This option cannot be specified together with -rgb or -grayscale.
The input instruction stream may override this with a reset command.
You must specify exactly one of -num_attribs, -rgb, and -grayscale.
This option was new in Netpbm 10.85 (December 2018).
The input instruction stream may override this with a reset command.
You must specify exactly one of -num_attribs, -rgb, and -grayscale.
This option was new in Netpbm 10.85 (December 2018).
The default value is 255.
The input instruction stream may override this with a reset command.
The input for pamtris consists of a stream of text lines read from Standard Input.
Empty lines or lines that contain only white space characters are called blank lines and are ignored.
When a # occurs anywhere in a line, pamtris ignores it along with every character after it. In other words, everything from the # until the end of the line receives the same treatment as white space.
Lines which are not blank must contain a sequence of strings, called tokens, separated by white space. The first such token must be one of the commands recognized by pamtris, and all further tokens are interpreted as the arguments for that command, if it takes any. When an insufficient number of arguments is provided for a command, the line is considered invalid and is given the same treatment as a blank line. The same happens when an out of range argument or one of a kind different of what is expected is given (for example, when you give a string of letters where a numerical value is expected), or when an unrecognized command/argument is found. When a number of arguments greater than that required for a particular command is provided, only the portion of the line up to the last required argument is considered and any further tokens are ignored.
pamtris is case-insensitive. That is, mode, MODE, mODe, etc. are all treated the same way.
The commands recognized by pamtris are:
You may use a minimum unique abbreviation of a command name. You may use an exclamation mark (!) in place of the print command name and an asterisk (*) in place of clear.
The functions of the commands are as follows.
This makes pamtris enter a new drawing mode. The argument is a word which specifies the mode to change to. Instead of a full argument name, it is permissible to provide a minimum unique abbreviation, which has the same effect. The drawing mode will remain the same until the next mode command is given.
This command also resets the current vertex list, which is (re)initialized to an empty state after the command is executed. One may add new vertices to this list through successive invocations of the vertex command (see below). You do not have to worry about providing "too many" vertices, since the vertex list is virtualized: pamtris maintains only the state pertaining to three vertices at any one time. The current vertex list is initially empty.

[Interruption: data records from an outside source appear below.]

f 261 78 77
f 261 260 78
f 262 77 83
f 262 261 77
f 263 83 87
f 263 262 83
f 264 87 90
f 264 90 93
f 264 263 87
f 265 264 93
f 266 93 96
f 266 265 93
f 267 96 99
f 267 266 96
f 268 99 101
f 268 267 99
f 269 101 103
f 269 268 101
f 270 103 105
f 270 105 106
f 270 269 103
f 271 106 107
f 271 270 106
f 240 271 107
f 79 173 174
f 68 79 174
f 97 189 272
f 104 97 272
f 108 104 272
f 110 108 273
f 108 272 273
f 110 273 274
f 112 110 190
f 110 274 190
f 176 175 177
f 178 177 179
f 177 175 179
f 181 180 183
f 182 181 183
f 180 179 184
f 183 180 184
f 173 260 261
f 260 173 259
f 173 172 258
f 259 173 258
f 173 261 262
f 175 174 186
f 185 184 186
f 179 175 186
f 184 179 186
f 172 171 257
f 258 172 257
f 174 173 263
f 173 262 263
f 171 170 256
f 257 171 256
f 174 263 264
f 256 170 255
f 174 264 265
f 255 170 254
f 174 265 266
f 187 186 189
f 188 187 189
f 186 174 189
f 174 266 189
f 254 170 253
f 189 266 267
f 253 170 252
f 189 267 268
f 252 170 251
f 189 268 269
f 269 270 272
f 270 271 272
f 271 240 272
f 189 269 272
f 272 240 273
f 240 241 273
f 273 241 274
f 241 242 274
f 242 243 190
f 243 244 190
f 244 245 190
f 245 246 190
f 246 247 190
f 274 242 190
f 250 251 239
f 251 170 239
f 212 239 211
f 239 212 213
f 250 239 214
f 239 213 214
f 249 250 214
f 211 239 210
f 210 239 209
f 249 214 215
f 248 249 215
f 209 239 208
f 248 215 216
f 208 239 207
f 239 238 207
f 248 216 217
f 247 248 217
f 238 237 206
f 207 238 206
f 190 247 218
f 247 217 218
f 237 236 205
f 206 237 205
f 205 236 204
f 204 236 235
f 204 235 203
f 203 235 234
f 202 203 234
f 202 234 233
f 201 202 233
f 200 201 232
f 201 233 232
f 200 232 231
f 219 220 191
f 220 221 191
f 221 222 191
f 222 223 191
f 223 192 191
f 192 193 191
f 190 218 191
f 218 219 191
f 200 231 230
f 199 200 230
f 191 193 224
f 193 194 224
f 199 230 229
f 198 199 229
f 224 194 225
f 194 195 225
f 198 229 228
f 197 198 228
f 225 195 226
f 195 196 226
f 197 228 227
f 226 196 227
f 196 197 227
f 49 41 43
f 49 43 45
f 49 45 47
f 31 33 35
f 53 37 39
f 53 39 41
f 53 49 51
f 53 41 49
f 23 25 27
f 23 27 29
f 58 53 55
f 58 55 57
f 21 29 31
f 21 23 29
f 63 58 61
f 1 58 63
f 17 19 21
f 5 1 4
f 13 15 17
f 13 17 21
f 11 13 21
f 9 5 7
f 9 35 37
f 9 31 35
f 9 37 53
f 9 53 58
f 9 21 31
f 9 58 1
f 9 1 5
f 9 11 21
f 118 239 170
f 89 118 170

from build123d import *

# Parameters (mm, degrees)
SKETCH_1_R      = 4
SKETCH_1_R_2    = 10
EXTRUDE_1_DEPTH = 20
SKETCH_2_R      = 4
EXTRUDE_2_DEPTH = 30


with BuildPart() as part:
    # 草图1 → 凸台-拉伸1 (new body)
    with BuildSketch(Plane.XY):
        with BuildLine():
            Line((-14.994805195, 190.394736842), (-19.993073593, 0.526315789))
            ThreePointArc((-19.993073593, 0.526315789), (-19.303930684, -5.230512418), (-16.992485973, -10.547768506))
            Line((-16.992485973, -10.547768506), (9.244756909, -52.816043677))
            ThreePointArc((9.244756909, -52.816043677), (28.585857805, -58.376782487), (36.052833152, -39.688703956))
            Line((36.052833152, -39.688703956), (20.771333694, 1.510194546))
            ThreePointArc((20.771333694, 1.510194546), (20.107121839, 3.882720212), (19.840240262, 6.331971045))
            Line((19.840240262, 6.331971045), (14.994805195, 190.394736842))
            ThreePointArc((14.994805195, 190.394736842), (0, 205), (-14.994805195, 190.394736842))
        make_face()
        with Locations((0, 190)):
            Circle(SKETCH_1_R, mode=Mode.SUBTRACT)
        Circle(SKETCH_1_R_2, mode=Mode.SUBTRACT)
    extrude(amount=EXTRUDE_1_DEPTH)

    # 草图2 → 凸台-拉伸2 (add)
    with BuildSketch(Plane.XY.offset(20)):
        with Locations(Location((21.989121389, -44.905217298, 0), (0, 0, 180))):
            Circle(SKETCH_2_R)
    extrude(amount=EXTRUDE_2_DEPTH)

It is permissible to give pamtris a mode command which instructs it to enter a drawing mode it is currently already in. One might use this approach to reset the current vertex list without changing the current drawing mode.
Regardless of the current drawing mode, the program immediately rasterizes a new triangle into the frame buffer as soon as you provide the necessary vertices for it through the current vertex list. (If you reset the vertex list before giving all the vertices necessary to draw a new triangle, the program effectively discards from the list any vertices that might have been pushed into the vertex list up to that point without using them to draw any new triangles.)
In the following descriptions of each drawing mode, triangles' and vertices' indices (ordinal numbers) are 0-based.
The triangles argument instructs pamtris to enter the "TRIANGLES" drawing mode. While in this mode, a series of separate triangles is constructed. Every three vertices pushed into the current vertex list specify a new triangle. Formally, this means that every Nth triangle is specified by vertices 3*N, 3*N + 1, and 3*N + 2. This is the default initial mode and is therefore not required to be set explicitly before drawing any triangles.
The strip argument instructs pamtris to enter the "STRIP" drawing mode. While in this mode, pamtris constructs a "triangle strip." That is, the first three vertices pushed into the current vertex list specify the first triangle, and every new vertex pushed after that specifies, together with the previous two, the next triangle. Formally, this means that every Nth triangle is specified by vertices N, N + 1, and N + 2.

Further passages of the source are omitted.